Aulia Rafikasari (Ucha)


Awalnya kukira dia adalah seorang yang angkuh, sombong dan apalah. Yang jelas kesan pertama kali aku bertemu dia di bangku kelas 8 aku sudah nggak suka sama dia. Dan setelah ku tau, dia duduk di bangku depanku aku sudah mulai merasa nggak ngeh sama dia. Dia duduk sama pipin sahabatnya. Orang yang sudah aku kenal baik sejak kelas 7 di Lin. Di situlah aku mulai membeda-bedakannya dengan pipin orang yang sangat baik dan ramah. Beda sama dia yang pada saat itu hanya diam, diam dan diam tanpa ada seulas senyum yang tersungging dari bibirnya. Memang sih, dia cantik dan pintar.
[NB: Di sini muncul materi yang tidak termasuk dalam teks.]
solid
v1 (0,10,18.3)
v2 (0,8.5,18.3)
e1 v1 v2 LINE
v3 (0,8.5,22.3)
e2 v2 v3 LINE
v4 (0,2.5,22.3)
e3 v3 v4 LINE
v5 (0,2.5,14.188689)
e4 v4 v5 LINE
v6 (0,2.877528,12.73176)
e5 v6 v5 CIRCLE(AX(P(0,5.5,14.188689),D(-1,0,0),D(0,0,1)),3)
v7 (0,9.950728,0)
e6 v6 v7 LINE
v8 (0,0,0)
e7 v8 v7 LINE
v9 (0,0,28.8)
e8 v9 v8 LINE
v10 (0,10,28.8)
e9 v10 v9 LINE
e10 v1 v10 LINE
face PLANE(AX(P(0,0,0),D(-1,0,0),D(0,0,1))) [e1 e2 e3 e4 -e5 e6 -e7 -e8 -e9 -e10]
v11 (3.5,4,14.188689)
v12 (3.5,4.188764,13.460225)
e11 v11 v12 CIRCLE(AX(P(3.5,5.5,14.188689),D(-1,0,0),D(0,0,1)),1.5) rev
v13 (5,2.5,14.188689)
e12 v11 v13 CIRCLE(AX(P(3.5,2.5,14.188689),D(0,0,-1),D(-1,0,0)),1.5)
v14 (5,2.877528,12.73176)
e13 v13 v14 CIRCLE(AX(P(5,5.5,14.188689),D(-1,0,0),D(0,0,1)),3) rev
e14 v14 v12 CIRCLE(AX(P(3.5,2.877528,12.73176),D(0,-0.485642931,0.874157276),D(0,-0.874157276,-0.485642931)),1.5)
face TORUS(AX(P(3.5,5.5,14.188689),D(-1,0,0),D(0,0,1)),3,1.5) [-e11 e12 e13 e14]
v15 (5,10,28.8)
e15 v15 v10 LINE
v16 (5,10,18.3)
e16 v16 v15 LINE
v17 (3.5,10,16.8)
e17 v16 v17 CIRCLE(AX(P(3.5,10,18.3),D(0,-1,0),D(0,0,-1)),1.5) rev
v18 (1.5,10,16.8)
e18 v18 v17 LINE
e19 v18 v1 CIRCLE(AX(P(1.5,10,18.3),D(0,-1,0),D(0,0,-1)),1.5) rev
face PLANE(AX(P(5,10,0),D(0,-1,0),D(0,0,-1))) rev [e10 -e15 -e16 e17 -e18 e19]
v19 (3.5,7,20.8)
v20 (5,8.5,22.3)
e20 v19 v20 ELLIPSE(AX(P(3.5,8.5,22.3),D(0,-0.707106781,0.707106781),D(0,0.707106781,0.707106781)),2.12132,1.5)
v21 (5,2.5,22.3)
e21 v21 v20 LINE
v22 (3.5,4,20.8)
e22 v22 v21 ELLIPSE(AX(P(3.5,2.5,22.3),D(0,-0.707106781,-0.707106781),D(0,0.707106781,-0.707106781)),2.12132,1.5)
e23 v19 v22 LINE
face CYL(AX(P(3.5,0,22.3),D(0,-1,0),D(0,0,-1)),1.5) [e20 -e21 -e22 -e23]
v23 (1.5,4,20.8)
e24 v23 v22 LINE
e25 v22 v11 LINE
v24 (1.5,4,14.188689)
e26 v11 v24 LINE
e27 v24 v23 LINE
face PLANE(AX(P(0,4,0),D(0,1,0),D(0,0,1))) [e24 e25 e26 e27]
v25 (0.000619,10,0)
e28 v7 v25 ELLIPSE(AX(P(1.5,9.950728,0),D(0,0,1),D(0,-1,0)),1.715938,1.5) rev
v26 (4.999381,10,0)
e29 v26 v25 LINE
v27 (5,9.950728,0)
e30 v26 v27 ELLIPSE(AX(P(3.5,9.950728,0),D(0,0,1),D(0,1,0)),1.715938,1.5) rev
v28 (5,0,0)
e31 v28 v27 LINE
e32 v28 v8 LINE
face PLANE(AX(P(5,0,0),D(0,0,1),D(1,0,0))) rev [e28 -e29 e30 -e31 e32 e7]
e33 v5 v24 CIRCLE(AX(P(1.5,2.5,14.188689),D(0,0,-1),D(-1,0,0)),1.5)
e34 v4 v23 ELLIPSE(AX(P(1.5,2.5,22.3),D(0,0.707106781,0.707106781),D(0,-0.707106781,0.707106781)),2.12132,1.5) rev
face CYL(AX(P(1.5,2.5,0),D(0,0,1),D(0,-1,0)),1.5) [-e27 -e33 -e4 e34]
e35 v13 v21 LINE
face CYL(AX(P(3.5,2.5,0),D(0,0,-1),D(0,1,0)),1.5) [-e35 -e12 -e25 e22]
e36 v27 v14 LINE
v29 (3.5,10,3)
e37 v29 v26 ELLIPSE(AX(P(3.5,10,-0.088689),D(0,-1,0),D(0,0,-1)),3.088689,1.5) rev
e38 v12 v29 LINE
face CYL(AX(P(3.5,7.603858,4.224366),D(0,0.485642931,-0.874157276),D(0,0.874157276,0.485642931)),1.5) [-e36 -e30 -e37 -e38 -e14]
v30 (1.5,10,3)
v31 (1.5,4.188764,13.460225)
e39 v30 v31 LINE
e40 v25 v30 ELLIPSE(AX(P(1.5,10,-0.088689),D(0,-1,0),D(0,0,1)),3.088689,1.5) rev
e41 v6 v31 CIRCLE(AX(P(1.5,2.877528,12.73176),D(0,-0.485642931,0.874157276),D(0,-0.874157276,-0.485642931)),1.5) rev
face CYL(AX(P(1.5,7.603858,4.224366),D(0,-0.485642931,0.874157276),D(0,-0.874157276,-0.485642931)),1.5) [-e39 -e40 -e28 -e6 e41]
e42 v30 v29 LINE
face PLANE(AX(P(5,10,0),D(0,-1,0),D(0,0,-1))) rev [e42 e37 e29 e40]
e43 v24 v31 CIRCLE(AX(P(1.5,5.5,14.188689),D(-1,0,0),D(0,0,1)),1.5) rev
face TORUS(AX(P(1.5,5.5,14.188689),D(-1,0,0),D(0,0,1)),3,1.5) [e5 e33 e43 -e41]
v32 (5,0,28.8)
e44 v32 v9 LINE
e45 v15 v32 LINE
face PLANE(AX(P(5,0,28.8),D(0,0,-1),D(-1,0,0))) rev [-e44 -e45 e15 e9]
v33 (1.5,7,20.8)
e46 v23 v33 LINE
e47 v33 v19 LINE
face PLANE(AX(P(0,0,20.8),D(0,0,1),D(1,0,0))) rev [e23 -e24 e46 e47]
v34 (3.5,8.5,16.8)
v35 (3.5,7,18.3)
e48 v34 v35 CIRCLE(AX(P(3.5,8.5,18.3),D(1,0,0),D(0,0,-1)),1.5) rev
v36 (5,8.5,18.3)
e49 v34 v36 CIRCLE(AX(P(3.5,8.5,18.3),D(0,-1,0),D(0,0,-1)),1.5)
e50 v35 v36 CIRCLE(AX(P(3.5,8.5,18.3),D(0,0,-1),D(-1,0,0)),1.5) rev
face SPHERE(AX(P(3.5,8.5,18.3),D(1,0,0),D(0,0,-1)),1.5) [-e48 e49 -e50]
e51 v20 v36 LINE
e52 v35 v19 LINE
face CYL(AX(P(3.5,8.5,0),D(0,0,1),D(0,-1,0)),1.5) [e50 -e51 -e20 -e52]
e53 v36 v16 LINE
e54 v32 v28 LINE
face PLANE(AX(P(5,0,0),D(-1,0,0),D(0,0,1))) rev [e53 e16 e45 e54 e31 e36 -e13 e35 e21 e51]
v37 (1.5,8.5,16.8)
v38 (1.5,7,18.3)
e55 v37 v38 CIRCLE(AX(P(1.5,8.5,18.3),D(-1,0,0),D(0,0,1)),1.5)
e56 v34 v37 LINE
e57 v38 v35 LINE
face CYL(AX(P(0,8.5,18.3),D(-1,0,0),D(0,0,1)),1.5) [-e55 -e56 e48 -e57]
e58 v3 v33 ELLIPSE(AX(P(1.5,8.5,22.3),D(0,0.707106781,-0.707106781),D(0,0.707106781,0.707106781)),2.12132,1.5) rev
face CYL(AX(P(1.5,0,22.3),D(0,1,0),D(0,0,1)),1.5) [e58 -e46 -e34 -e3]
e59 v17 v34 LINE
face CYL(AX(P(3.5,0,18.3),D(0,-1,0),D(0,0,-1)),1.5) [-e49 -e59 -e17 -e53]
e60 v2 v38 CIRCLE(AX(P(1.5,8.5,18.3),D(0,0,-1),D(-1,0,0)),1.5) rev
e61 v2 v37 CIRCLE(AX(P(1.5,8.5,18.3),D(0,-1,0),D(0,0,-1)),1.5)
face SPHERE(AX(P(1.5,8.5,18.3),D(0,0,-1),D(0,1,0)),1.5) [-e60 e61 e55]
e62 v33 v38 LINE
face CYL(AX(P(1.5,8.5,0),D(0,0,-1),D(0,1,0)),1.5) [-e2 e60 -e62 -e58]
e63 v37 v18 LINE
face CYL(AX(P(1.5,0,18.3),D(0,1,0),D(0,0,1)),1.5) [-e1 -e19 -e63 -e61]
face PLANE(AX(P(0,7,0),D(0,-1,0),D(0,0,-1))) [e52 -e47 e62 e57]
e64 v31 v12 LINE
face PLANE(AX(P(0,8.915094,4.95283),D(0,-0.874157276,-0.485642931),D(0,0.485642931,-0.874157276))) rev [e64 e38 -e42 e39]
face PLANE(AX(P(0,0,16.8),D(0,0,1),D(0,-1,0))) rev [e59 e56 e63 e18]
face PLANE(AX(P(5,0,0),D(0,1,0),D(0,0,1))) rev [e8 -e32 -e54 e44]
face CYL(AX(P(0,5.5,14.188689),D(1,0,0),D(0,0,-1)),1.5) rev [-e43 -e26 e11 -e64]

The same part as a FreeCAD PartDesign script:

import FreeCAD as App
import Part
import Sketcher

V = App.Vector
Q = App.Units.Quantity


def edges_at(feature, points):
    """Names of the edges that pass closest to the given points."""
    edges = feature.Shape.Edges
    near = lambda p: min(range(len(edges)), key=lambda i: edges[i].distToShape(Part.Vertex(*p))[0])
    return sorted({f"Edge{near(p) + 1}" for p in points})

doc = App.newDocument("Part")
body = doc.addObject("PartDesign::Body", "Body")

# Sketch on YZ plane
sketch1 = body.newObject("Sketcher::SketchObject", "Sketch")
sketch1.AttachmentSupport = (doc.getObject("YZ_Plane"), [""])
sketch1.MapMode = "FlatFace"
sketch1.addGeometry(Part.LineSegment(V(0, 29, 0), V(0, 0, 0)), False)
sketch1.addGeometry(Part.LineSegment(V(0, 0, 0), V(10, 0, 0)), False)
sketch1.addGeometry(Part.LineSegment(V(10, 0, 0), V(10, 29, 0)), False)
sketch1.addGeometry(Part.LineSegment(V(10, 29, 0), V(0, 29, 0)), False)
sketch1.addConstraint(Sketcher.Constraint("Coincident", 0, 2, 1, 1))
sketch1.addConstraint(Sketcher.Constraint("Coincident", 1, 2, 2, 1))
sketch1.addConstraint(Sketcher.Constraint("Coincident", 2, 2, 3, 1))
sketch1.addConstraint(Sketcher.Constraint("Coincident", 3, 2, 0, 1))
sketch1.addConstraint(Sketcher.Constraint("Vertical", 0))
sketch1.addConstraint(Sketcher.Constraint("Horizontal", 1))
sketch1.addConstraint(Sketcher.Constraint("Vertical", 2))
sketch1.addConstraint(Sketcher.Constraint("Horizontal", 3))
sketch1.addConstraint(Sketcher.Constraint("Coincident", 0, 2, -1, 1))
sketch1.addConstraint(Sketcher.Constraint("DistanceX", 1, 1, 1, 2, Q("10 mm")))
sketch1.addConstraint(Sketcher.Constraint("DistanceY", 0, 2, 0, 1, Q("28.8 mm")))
pad1 = body.newObject("PartDesign::Pad", "Pad")
pad1.Profile = sketch1
pad1.Length = 5

# Sketch on YZ plane
sketch2 = body.newObject("Sketcher::SketchObject", "Sketch001")
sketch2.AttachmentSupport = (doc.getObject("YZ_Plane"), [""])
sketch2.MapMode = "FlatFace"
sketch2.AttachmentOffset = App.Placement(V(0, 0, 5), App.Rotation())
sketch2.addGeometry(Part.LineSegment(V(4, 20.8, 0), V(4, 13.8, 0)), False)
sketch2.addGeometry(Part.LineSegment(V(4, 13.8, 0), V(10, 3, 0)), False)
sketch2.addGeometry(Part.LineSegment(V(10, 3, 0), V(10, 16.8, 0)), False)
sketch2.addGeometry(Part.LineSegment(V(10, 16.8, 0), V(7, 16.8, 0)), False)
sketch2.addGeometry(Part.LineSegment(V(7, 16.8, 0), V(7, 20.8, 0)), False)
sketch2.addGeometry(Part.LineSegment(V(7, 20.8, 0), V(4, 20.8, 0)), False)
sketch2.addConstraint(Sketcher.Constraint("Coincident", 0, 2, 1, 1))
sketch2.addConstraint(Sketcher.Constraint("Coincident", 1, 2, 2, 1))
sketch2.addConstraint(Sketcher.Constraint("Coincident", 2, 2, 3, 1))
sketch2.addConstraint(Sketcher.Constraint("Coincident", 3, 2, 4, 1))
sketch2.addConstraint(Sketcher.Constraint("Coincident", 4, 2, 5, 1))
sketch2.addConstraint(Sketcher.Constraint("Coincident", 5, 2, 0, 1))
sketch2.addConstraint(Sketcher.Constraint("Vertical", 0))
sketch2.addConstraint(Sketcher.Constraint("Vertical", 2))
sketch2.addConstraint(Sketcher.Constraint("Horizontal", 3))
sketch2.addConstraint(Sketcher.Constraint("Vertical", 4))
sketch2.addConstraint(Sketcher.Constraint("Horizontal", 5))
sketch2.addConstraint(Sketcher.Constraint("Equal", 3, 5))
sketch2.addConstraint(Sketcher.Constraint("DistanceX", 3, 2, 3, 1, Q("3 mm")))
sketch2.addConstraint(Sketcher.Constraint("DistanceY", 0, 2, 0, 1, Q("7 mm")))
sketch2.addConstraint(Sketcher.Constraint("DistanceY", 4, 1, 4, 2, Q("4 mm")))
sketch2.addConstraint(Sketcher.Constraint("DistanceY", 2, 1, 2, 2, Q("13.8 mm")))
sketch2.addConstraint(Sketcher.Constraint("DistanceX", -1, 1, 0, 2, Q("4 mm")))
sketch2.addConstraint(Sketcher.Constraint("DistanceY", -1, 1, 1, 2, Q("3 mm")))
pocket1 = body.newObject("PartDesign::Pocket", "Pocket")
pocket1.Profile = sketch2
pocket1.Type = "ThroughAll"
doc.recompute()

fillet = body.newObject("PartDesign::Fillet", "Fillet")
fillet.Base = (pocket1, edges_at(pocket1, [
    (5, 4, 17.3),
    (2.5, 4, 13.8),
    (0, 5.5, 20.8),
    (5, 7, 18.8),
    (0, 8.5, 16.8),
    (2.5, 7, 16.8),
    (0, 7, 8.4),
    (0, 4, 17.3),
    (0, 7, 18.8),
    (5, 7, 8.4),
    (5, 8.5, 16.8),
    (5, 5.5, 20.8),
]))
fillet.Radius = 1.5

doc.recompute()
Tapi entah kenapa kesan pertama aku sudah nggak suka sama dia.
            Tapi aku tak menjauhi dia. Aku mencoba untuk mendekati dia karena aku memang penasaran sama sifatnya. Karena aku yakin dibalik sifat awalnya yang seperti itu, pasti tersimpan sifat yang asyik untuk diajak berteman. Usahaku berhasil. Setelah beberapa bulan kita sekelas, aku dan dia sudah mulai ngobrol tentang beberapa hal. Awalnya aku hanya meminjam sebuah stippo lalu berlanjut dengan aku tanya nama FB-nya dan aku jadikan dia sebagai saudara perempuanku di aplikasi FB-ku. Dan akhirnya kita bisa ngobrol sampai ke banyak hal.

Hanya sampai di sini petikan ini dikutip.